About this exercise ::
Copy the records below word for word. Stop after the line that contains "v -33.178 0 -22.49".

Records provided ::
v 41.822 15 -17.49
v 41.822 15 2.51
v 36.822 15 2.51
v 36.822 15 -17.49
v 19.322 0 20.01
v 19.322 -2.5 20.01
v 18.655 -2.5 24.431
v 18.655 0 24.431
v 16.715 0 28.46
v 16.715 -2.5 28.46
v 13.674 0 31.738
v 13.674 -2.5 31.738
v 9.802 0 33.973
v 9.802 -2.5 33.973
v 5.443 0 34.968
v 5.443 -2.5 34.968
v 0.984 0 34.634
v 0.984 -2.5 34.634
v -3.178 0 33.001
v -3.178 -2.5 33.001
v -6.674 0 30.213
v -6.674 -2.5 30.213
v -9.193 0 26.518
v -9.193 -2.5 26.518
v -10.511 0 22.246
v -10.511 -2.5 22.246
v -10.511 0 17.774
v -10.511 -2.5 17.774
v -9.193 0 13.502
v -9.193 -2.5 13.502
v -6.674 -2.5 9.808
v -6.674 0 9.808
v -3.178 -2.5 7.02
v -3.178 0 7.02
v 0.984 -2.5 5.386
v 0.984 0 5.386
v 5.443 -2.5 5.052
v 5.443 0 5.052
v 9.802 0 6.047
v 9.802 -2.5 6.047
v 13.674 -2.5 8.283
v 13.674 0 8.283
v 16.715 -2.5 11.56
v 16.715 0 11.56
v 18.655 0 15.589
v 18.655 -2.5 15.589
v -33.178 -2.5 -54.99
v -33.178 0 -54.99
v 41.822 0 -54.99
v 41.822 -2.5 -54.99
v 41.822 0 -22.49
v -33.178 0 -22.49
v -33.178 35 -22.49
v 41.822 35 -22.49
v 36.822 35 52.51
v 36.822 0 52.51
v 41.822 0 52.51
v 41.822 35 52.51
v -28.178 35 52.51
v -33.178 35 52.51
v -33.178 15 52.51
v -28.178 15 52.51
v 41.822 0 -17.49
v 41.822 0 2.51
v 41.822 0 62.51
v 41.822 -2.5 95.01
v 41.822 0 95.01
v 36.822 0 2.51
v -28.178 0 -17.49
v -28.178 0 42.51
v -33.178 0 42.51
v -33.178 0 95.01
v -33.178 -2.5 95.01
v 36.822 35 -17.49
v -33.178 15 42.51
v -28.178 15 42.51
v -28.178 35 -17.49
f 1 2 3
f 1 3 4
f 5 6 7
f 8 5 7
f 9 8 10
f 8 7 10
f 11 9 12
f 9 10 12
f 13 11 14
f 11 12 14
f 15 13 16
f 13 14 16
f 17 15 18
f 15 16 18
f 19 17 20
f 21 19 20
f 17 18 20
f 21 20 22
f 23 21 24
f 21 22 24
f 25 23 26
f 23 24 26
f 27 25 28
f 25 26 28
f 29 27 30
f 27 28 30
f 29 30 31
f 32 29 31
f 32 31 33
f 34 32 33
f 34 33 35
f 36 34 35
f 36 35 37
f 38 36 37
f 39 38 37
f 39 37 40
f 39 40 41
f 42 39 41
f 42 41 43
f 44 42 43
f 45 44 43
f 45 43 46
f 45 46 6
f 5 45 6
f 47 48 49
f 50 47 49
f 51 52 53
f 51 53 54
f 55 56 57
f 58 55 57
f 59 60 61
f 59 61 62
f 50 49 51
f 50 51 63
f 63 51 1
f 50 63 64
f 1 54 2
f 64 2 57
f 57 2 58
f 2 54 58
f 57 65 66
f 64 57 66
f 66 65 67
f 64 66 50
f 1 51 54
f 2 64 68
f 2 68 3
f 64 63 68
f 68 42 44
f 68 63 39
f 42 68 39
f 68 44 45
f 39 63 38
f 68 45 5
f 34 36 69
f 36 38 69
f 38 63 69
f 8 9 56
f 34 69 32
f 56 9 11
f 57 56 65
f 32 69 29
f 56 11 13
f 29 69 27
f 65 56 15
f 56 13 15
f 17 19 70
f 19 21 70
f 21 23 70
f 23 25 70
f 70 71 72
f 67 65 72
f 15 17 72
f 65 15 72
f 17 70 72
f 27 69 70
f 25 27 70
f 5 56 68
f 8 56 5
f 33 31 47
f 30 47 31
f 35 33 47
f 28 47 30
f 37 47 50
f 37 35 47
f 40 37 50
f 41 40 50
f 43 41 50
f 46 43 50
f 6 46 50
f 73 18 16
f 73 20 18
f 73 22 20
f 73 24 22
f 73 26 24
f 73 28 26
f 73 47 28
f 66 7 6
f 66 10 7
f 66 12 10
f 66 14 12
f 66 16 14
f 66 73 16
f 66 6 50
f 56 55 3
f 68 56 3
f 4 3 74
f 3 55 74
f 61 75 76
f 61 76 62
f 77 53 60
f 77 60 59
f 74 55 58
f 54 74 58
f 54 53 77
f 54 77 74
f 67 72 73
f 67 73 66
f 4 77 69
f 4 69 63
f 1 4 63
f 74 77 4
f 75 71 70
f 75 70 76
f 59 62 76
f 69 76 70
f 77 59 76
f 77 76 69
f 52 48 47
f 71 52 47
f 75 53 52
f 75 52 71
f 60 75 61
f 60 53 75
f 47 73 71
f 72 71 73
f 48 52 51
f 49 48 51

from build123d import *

# Parameters (mm, degrees)
SKETCH3_W           = 75
SKETCH3_H           = 85
BOSS_EXTRUDE1_DEPTH = 35
SKETCH4_W           = 65
SKETCH4_H           = 75
CUT_EXTRUDE1_DEPTH  = 40
SKETCH8_W           = 75
SKETCH8_H           = 150
BOSS_EXTRUDE2_DEPTH = 2.5
SKETCH9_R           = 15
CUT_EXTRUDE4_DEPTH  = 15
SKETCH10_W          = 75
SKETCH10_H          = 33.016749553
CUT_EXTRUDE5_DEPTH  = 10
SKETCH16_W          = 20
SKETCH16_H          = 15
CUT_EXTRUDE6_DEPTH  = 10
SKETCH17_W          = 10
SKETCH17_H          = 1.983250447
CUT_EXTRUDE7_DEPTH  = 66
SKETCH19_W          = 20
SKETCH19_H          = 15
CUT_EXTRUDE8_DEPTH  = 10


with BuildPart() as part:
    # Sketch3 → Boss-Extrude1 (new body)
    with BuildSketch(Plane(origin=(0, 0, 0), x_dir=(1, 0, 0), z_dir=(0, 1, 0))):
        with Locations((4.321862348, -20.010121457)):
            Rectangle(SKETCH3_W, SKETCH3_H)
    extrude(amount=BOSS_EXTRUDE1_DEPTH)

    # Sketch4 → Cut-Extrude1 (cut)
    with BuildSketch(Plane(origin=(0, 35, 0), x_dir=(1, 0, 0), z_dir=(0, 1, 0))):
        with Locations((4.321862348, -20.010121457)):
            Rectangle(SKETCH4_W, SKETCH4_H)
    extrude(amount=-CUT_EXTRUDE1_DEPTH, mode=Mode.SUBTRACT)

    # Sketch8 → Boss-Extrude2 (add)
    with BuildSketch(Plane.XZ):
        with Locations((4.321862348, 20.010121457)):
            Rectangle(SKETCH8_W, SKETCH8_H)
    extrude(amount=BOSS_EXTRUDE2_DEPTH)

    # Sketch9 → Cut-Extrude4 (cut)
    with BuildSketch(Plane.XZ.offset(2.5)):
        with Locations((4.321862348, 20.010121457)):
            Circle(SKETCH9_R)
    extrude(amount=-CUT_EXTRUDE4_DEPTH, mode=Mode.SUBTRACT)

    # Sketch10 → Cut-Extrude5 (cut)
    with BuildSketch(Plane.XY.offset(62.510121457)):
        with Locations((4.321862348, 18.491625224)):
            Rectangle(SKETCH10_W, SKETCH10_H)
    extrude(amount=-CUT_EXTRUDE5_DEPTH, mode=Mode.SUBTRACT)

    # Sketch16 → Cut-Extrude6 (cut)
    with BuildSketch(Plane.ZY.offset(33.178137652)):
        with Locations((52.510121457, 7.5)):
            Rectangle(SKETCH16_W, SKETCH16_H)
    extrude(amount=-CUT_EXTRUDE6_DEPTH, mode=Mode.SUBTRACT)

    # Sketch17 → Cut-Extrude7 (cut, through all)
    with BuildSketch(Plane.ZY.offset(23.178137652)):
        with Locations((57.510121457, 0.991625224)):
            Rectangle(SKETCH17_W, SKETCH17_H)
    extrude(amount=-CUT_EXTRUDE7_DEPTH, mode=Mode.SUBTRACT)

    # Sketch19 → Cut-Extrude8 (cut)
    with BuildSketch(Plane(origin=(41.821862348, 0, 0), x_dir=(0, 0, -1), z_dir=(1, 0, 0))):
        with Locations((7.489878543, 7.5)):
            Rectangle(SKETCH19_W, SKETCH19_H)
    extrude(amount=-CUT_EXTRUDE8_DEPTH, mode=Mode.SUBTRACT)


solid = part.part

Finished exercise ::
v 41.822 15 -17.49
v 41.822 15 2.51
v 36.822 15 2.51
v 36.822 15 -17.49
v 19.322 0 20.01
v 19.322 -2.5 20.01
v 18.655 -2.5 24.431
v 18.655 0 24.431
v 16.715 0 28.46
v 16.715 -2.5 28.46
v 13.674 0 31.738
v 13.674 -2.5 31.738
v 9.802 0 33.973
v 9.802 -2.5 33.973
v 5.443 0 34.968
v 5.443 -2.5 34.968
v 0.984 0 34.634
v 0.984 -2.5 34.634
v -3.178 0 33.001
v -3.178 -2.5 33.001
v -6.674 0 30.213
v -6.674 -2.5 30.213
v -9.193 0 26.518
v -9.193 -2.5 26.518
v -10.511 0 22.246
v -10.511 -2.5 22.246
v -10.511 0 17.774
v -10.511 -2.5 17.774
v -9.193 0 13.502
v -9.193 -2.5 13.502
v -6.674 -2.5 9.808
v -6.674 0 9.808
v -3.178 -2.5 7.02
v -3.178 0 7.02
v 0.984 -2.5 5.386
v 0.984 0 5.386
v 5.443 -2.5 5.052
v 5.443 0 5.052
v 9.802 0 6.047
v 9.802 -2.5 6.047
v 13.674 -2.5 8.283
v 13.674 0 8.283
v 16.715 -2.5 11.56
v 16.715 0 11.56
v 18.655 0 15.589
v 18.655 -2.5 15.589
v -33.178 -2.5 -54.99
v -33.178 0 -54.99
v 41.822 0 -54.99
v 41.822 -2.5 -54.99
v 41.822 0 -22.49
v -33.178 0 -22.49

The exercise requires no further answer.